As the result of an international collaborative effort (the Blood transfusion Genomics Consortium [BGC]) to improve the safety and efficiency of blood transfusion by introducing genomics technology into routine clinical practice, the array was designed for, and tested on, samples from 6946 donors of diverse genetic ancestry. All samples were tested in duplicate at Sanquin (The Netherlands) and the New York Blood Center (United States), and 3938 in triplicate at the National Health Service Blood and Transplant (United Kingdom). Gleadall et al report high concordance rates of the array results with historical donor phenotypes on record, and between laboratories. The discrepancies are discussed in detail. Of the discrepancies observed with clinical platelet typing (<0.5%), the array-generated type was confirmed for 66.6%. The concordance between HLA types was 99.1%, with highest concordance in European samples and lowest in East Asian samples.

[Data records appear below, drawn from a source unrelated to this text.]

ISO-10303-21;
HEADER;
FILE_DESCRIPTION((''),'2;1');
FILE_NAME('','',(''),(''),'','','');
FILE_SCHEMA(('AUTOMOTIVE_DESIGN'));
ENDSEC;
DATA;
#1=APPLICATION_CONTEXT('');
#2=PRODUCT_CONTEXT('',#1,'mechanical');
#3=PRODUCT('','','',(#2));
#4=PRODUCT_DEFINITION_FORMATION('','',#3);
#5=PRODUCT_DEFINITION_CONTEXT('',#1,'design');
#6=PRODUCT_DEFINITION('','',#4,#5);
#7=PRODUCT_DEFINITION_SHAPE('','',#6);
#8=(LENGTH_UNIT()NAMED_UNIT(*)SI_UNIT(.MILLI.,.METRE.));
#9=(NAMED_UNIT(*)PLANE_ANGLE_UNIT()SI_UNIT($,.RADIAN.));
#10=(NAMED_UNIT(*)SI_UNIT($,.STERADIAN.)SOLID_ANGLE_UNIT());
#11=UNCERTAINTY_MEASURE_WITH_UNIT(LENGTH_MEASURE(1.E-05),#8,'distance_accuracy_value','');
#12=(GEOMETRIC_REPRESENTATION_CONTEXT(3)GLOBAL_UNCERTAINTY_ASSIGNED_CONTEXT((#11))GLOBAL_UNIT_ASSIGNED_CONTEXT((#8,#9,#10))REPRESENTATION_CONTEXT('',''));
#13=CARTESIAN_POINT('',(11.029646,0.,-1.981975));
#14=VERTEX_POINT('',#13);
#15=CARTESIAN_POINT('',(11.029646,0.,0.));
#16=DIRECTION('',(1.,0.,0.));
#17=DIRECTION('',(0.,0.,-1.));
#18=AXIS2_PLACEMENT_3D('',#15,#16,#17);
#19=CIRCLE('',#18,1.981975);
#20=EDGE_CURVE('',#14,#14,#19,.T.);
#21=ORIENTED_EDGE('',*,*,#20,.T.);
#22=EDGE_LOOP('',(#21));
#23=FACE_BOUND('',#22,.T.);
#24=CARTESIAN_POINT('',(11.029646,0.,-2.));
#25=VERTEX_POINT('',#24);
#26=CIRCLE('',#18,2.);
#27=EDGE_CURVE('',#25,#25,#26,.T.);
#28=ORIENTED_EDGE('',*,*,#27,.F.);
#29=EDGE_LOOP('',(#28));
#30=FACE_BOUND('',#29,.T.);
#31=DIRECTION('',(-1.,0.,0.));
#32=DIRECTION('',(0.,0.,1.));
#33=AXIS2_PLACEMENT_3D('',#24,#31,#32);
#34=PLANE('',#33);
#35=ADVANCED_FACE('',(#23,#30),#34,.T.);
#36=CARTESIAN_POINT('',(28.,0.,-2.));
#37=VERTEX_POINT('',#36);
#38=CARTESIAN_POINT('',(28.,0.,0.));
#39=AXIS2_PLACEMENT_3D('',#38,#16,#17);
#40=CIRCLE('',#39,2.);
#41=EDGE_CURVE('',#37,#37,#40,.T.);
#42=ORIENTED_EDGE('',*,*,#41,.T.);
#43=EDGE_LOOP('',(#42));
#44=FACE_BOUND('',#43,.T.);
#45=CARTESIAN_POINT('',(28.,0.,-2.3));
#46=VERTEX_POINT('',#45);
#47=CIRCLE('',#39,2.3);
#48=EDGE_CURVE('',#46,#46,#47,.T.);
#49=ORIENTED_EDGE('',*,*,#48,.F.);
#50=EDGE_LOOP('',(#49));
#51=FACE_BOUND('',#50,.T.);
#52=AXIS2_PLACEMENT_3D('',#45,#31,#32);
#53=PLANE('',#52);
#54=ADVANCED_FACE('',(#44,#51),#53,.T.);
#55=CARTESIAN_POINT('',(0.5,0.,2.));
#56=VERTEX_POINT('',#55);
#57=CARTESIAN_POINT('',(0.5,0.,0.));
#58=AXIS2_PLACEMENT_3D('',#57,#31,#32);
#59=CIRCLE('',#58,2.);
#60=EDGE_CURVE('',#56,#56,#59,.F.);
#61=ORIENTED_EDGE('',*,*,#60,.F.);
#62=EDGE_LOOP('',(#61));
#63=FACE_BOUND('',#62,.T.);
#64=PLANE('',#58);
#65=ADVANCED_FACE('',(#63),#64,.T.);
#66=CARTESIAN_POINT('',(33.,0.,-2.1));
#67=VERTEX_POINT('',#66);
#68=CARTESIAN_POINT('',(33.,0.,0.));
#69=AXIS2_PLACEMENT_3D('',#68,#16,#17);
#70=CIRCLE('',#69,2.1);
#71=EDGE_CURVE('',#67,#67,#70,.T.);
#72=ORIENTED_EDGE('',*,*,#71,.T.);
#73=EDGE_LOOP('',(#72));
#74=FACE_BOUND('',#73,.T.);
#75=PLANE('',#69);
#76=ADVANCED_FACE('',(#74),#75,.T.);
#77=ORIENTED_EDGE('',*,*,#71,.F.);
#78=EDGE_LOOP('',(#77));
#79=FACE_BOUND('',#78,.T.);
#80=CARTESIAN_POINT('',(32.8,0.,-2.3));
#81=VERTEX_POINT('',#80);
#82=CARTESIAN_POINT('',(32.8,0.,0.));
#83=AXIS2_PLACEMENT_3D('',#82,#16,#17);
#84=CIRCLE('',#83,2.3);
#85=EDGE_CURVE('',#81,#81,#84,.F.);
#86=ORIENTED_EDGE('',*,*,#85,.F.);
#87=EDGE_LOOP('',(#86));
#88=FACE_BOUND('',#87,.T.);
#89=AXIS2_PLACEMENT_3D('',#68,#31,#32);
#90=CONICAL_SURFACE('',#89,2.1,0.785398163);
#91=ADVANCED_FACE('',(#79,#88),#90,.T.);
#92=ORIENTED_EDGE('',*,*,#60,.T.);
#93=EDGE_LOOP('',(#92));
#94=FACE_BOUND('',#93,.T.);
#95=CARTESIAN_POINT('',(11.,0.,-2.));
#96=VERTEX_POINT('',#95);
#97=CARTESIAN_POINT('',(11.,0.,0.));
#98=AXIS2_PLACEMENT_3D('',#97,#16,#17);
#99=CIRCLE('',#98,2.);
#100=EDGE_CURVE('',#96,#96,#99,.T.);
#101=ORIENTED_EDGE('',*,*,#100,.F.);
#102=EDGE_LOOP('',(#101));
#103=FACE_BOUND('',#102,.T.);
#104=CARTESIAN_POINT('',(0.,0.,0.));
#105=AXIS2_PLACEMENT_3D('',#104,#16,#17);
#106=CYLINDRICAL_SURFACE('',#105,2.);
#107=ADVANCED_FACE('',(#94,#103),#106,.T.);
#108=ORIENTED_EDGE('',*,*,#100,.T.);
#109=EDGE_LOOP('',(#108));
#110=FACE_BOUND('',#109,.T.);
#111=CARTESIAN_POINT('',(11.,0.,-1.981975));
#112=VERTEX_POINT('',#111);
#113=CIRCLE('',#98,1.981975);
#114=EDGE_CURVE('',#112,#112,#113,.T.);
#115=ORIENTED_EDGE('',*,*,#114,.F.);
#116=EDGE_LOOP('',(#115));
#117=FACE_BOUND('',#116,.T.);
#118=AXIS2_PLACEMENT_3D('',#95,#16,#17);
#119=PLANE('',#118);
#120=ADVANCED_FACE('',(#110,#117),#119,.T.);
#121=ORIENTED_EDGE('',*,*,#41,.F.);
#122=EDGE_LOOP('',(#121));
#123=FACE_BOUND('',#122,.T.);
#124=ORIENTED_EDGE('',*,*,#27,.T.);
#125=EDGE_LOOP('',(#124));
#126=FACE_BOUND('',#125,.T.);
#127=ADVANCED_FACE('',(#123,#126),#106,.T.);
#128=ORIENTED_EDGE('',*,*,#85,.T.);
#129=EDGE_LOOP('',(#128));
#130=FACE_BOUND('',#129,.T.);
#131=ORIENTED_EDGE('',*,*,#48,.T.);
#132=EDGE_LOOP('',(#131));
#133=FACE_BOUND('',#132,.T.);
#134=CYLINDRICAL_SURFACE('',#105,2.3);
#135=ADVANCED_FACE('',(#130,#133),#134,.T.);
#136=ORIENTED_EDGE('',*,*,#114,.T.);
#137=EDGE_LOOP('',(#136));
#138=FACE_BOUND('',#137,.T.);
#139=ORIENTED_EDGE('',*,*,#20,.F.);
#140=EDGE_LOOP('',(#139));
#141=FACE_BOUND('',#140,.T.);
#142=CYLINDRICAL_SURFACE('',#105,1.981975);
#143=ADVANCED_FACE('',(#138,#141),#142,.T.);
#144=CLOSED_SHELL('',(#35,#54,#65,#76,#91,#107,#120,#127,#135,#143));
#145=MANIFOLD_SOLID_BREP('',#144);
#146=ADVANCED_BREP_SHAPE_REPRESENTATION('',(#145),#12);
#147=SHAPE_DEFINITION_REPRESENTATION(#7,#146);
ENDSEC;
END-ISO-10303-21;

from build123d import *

# Parameters (mm, degrees)
CHANFRO1_SIZE         = 0.2
ESBO_O5_R             = 2.627342907
CORTE_EXTRUS_O1_DEPTH = 0.5


with BuildPart() as part:
    # Esboço1 → Revolução1 (revolve)
    with BuildSketch(Plane(origin=(0, 0, 0), x_dir=(1, 0, 0), z_dir=(0, 1, 0))):
        Polygon((0, 0), (33, 0), (33, 2.3), (28, 2.3), (28, 2), (11.029645727, 2), (11.029645727, 1.981975223), (11, 1.981975223), (11, 2), (0, 2), align=None)
    revolve(axis=Axis((0, 0, 0), (-1, 0, 0)))

    # Chanfro1
    chanfro1_edges = [part.edges().sort_by_distance(p)[0] for p in [
        (33, 0, 2.3),
    ]]
    chamfer(chanfro1_edges, length=CHANFRO1_SIZE)

    # Esboço5 → Corte-extrusão1 (cut)
    with BuildSketch(Plane.ZY):
        Circle(ESBO_O5_R)
    extrude(amount=-CORTE_EXTRUS_O1_DEPTH, mode=Mode.SUBTRACT)


solid = part.part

Of the discrepancies observed with clinical typing for erythroid antigens (0.10%), the array-generated type was confirmed for 54.2%. Absence of conclusive typing by the array was observed for antigens of the highly polymorphic erythrocyte systems RH (C/c) and MNS (M/N), especially in admixed American and African samples, highlighting the need for future development of the algorithm or refinement of the probes to improve performance. Some major RH antigens (CX, CW, V, and VS) and MNS rare blood types (U– and Uvar) are included in the array, but one may hope that the next steps by the BGC enable detection and calling of additional variants of clinical relevance in transfusion medicine. Fortuitously, 73 new donors negative for a high frequency erythroid antigen were identified.

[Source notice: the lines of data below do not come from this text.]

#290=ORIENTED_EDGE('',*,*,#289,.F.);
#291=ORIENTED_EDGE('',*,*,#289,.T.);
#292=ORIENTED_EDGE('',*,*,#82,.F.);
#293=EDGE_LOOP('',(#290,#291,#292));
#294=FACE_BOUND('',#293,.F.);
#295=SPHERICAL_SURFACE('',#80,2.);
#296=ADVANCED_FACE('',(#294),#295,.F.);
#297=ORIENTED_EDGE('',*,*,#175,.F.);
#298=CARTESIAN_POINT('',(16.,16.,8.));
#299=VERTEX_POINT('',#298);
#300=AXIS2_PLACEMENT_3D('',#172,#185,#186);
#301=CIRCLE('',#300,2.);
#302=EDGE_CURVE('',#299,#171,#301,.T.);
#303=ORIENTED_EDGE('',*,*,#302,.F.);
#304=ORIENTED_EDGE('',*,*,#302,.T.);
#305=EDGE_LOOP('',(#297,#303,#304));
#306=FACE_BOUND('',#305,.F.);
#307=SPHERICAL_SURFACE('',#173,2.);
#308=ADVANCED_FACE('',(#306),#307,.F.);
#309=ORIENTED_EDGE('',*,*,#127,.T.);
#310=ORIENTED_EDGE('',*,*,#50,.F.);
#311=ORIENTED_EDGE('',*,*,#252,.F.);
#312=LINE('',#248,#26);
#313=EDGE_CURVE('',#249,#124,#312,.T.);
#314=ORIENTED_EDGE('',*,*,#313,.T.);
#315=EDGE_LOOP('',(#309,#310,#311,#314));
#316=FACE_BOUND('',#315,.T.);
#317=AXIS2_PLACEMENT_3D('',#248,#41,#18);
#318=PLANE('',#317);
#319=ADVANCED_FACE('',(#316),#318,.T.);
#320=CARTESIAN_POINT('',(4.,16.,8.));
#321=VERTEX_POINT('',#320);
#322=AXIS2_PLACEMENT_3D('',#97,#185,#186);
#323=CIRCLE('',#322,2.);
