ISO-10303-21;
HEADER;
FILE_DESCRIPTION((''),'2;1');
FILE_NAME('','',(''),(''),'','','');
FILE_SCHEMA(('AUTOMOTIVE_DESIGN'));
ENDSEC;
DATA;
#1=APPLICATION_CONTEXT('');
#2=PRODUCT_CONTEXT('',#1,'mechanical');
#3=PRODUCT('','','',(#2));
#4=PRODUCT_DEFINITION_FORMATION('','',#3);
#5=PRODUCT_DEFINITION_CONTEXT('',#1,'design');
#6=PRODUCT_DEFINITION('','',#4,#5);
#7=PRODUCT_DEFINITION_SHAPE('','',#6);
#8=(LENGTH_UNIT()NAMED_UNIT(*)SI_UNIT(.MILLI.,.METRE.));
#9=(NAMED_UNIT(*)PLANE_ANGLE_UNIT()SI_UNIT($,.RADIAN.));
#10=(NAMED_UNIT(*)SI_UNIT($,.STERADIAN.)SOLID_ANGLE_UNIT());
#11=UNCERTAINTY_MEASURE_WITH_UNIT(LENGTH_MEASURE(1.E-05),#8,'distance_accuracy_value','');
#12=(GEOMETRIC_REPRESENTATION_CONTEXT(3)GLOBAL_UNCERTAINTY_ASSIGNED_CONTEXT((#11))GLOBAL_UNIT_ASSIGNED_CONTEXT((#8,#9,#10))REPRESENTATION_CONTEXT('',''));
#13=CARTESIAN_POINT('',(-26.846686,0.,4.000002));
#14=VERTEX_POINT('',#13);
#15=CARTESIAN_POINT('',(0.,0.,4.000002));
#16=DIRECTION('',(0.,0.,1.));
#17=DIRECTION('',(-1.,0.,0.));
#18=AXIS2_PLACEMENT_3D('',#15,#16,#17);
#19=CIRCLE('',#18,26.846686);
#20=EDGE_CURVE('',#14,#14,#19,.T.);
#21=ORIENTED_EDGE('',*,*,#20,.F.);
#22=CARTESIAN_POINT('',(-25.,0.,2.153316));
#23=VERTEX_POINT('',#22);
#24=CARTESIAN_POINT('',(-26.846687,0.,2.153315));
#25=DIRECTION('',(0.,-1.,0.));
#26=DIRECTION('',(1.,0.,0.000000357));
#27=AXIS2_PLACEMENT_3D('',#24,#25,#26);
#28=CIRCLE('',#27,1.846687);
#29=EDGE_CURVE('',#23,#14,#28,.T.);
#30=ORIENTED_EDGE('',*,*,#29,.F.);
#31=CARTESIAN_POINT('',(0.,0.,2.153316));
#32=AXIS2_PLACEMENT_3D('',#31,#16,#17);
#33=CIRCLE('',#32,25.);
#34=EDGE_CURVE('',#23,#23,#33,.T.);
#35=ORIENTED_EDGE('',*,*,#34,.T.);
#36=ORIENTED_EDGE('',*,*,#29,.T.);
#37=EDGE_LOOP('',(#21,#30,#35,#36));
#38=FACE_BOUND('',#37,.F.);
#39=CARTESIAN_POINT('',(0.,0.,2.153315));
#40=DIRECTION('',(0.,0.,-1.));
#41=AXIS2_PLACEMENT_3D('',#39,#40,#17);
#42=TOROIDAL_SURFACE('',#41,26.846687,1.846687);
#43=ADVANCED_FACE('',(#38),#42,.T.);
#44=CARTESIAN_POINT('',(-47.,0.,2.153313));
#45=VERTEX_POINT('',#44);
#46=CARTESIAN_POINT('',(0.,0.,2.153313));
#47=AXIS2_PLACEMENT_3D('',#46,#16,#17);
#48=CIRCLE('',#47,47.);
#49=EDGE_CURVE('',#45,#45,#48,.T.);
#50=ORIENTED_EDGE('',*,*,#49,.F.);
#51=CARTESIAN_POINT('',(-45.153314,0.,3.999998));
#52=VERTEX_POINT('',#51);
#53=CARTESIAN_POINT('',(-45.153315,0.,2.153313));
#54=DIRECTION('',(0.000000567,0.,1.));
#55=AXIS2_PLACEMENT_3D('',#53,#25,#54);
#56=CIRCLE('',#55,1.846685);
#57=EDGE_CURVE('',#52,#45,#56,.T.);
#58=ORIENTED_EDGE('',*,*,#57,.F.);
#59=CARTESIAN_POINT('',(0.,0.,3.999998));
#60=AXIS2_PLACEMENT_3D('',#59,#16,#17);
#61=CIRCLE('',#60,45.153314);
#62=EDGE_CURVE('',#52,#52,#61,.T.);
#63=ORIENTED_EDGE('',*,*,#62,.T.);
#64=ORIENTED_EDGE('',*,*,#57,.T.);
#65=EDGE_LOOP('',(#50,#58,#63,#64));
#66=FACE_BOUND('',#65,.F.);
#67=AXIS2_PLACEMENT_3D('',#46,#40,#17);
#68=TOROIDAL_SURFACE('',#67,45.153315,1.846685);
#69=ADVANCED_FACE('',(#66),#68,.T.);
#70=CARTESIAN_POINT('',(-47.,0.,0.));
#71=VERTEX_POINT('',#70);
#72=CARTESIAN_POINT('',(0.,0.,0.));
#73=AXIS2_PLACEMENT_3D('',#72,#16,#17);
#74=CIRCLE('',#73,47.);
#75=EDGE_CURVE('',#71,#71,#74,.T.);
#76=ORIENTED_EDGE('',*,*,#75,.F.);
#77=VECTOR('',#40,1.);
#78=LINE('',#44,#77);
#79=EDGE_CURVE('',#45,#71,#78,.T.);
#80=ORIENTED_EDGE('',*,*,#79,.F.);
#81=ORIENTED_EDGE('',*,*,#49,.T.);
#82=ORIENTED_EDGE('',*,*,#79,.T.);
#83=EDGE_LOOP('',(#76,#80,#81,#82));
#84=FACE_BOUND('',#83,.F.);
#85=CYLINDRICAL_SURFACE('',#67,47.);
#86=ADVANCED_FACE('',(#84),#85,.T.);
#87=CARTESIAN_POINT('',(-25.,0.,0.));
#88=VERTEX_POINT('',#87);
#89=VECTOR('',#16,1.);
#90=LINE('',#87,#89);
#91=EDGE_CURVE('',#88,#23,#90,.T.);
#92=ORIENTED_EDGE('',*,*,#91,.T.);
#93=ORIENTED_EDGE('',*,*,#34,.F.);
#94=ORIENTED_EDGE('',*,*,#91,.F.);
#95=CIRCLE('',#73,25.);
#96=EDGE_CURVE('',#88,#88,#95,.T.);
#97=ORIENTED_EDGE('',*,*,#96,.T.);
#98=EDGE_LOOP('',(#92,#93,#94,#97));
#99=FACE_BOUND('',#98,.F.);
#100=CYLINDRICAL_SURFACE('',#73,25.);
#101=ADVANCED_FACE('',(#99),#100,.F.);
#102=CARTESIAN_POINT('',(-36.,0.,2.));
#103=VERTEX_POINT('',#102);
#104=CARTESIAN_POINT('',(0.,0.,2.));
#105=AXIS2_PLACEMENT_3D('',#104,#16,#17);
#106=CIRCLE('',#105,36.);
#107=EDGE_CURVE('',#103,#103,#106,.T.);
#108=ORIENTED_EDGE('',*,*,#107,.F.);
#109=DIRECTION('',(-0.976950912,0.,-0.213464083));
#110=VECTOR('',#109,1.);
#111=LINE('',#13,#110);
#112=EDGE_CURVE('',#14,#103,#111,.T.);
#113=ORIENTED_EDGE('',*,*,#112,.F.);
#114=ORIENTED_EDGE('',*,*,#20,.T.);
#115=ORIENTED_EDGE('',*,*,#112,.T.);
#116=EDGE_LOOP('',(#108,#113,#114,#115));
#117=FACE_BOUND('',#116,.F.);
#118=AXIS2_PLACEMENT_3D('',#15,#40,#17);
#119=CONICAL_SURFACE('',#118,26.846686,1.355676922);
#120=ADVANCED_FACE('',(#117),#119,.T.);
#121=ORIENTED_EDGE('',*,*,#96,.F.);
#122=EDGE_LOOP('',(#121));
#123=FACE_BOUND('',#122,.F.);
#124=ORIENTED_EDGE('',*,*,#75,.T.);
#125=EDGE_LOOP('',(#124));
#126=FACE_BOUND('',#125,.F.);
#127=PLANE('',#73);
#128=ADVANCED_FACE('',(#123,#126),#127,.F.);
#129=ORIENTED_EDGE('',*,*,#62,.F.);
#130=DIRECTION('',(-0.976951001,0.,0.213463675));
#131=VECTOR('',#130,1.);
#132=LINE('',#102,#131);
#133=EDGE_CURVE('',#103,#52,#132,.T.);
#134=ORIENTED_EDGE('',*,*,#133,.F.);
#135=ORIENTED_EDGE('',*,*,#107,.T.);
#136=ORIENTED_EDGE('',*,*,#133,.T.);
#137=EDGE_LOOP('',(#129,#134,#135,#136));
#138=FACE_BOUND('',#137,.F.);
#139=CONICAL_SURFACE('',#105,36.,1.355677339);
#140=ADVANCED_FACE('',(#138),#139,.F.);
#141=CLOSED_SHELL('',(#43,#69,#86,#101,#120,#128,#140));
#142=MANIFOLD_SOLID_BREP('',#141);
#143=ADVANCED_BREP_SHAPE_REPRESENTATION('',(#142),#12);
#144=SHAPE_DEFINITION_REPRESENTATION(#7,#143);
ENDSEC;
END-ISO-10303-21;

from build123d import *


with BuildPart() as f1:
    # F0 (on Front) → F1 (revolve)
    with BuildSketch(Plane.XZ):
        with BuildLine():
            Line((-47, 0), (-25, 0))
            Line((-25, 0), (-25, 2.153316))
            ThreePointArc((-25, 2.153316), (-25.540882, 3.45912), (-26.846686, 4.000002))
            Line((-26.846686, 4.000002), (-36, 2))
            Line((-36, 2), (-45.153314, 3.999998))
            ThreePointArc((-45.153314, 3.999998), (-46.459118, 3.459117), (-47, 2.153313))
            Line((-47, 2.153313), (-47, 0))
        make_face()
    revolve(axis=Axis((0, 0, 2), (0, 0, 1)))


solid = f1.part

Only a few discrepancies in reproducibility between laboratories were observed, some of which were because of absence of typing by the array (missing types) or contamination of samples. However, the high performance of the array should not sidetrack potential users from observing good laboratory practices, validating the assay in specific populations and considering carefully how such an array will fit into existing practices. Strategies to limit errors may include duplicate testing of a sample or donor and confirmation by parallel or follow-up serological typing, especially for rare types (absence of a high frequency antigen).
The assay presented here was made possible by the multinational BGC, whose collaborative efforts must be commended. The simultaneous typing of erythroid, platelet, leukocyte, and neutrophil antigens by a single assay will alleviate the significant conundrum of donor typing strategies in which cost and scalability have always been the limiting factors. The array, designed by specialists in immunohematology, anticipates future research endeavors. If used for patients, side by side erythroid and leukocyte typing may significantly advance the understanding of the association between HLA alleles and alloimmunization. The additional presence in the array of markers of genetic ancestry, donor health, and product quality may enable correlation with recipient outcomes in the future. Regulatory implications may differ by country for donor testing of disease-associated genetic variants (such as hemochromatosis-associated HFE variants). Fortunately, such variants may be hidden to accommodate user-specific requirements.
Conflict-of-interest disclosure: The authors declare no competing financial interests.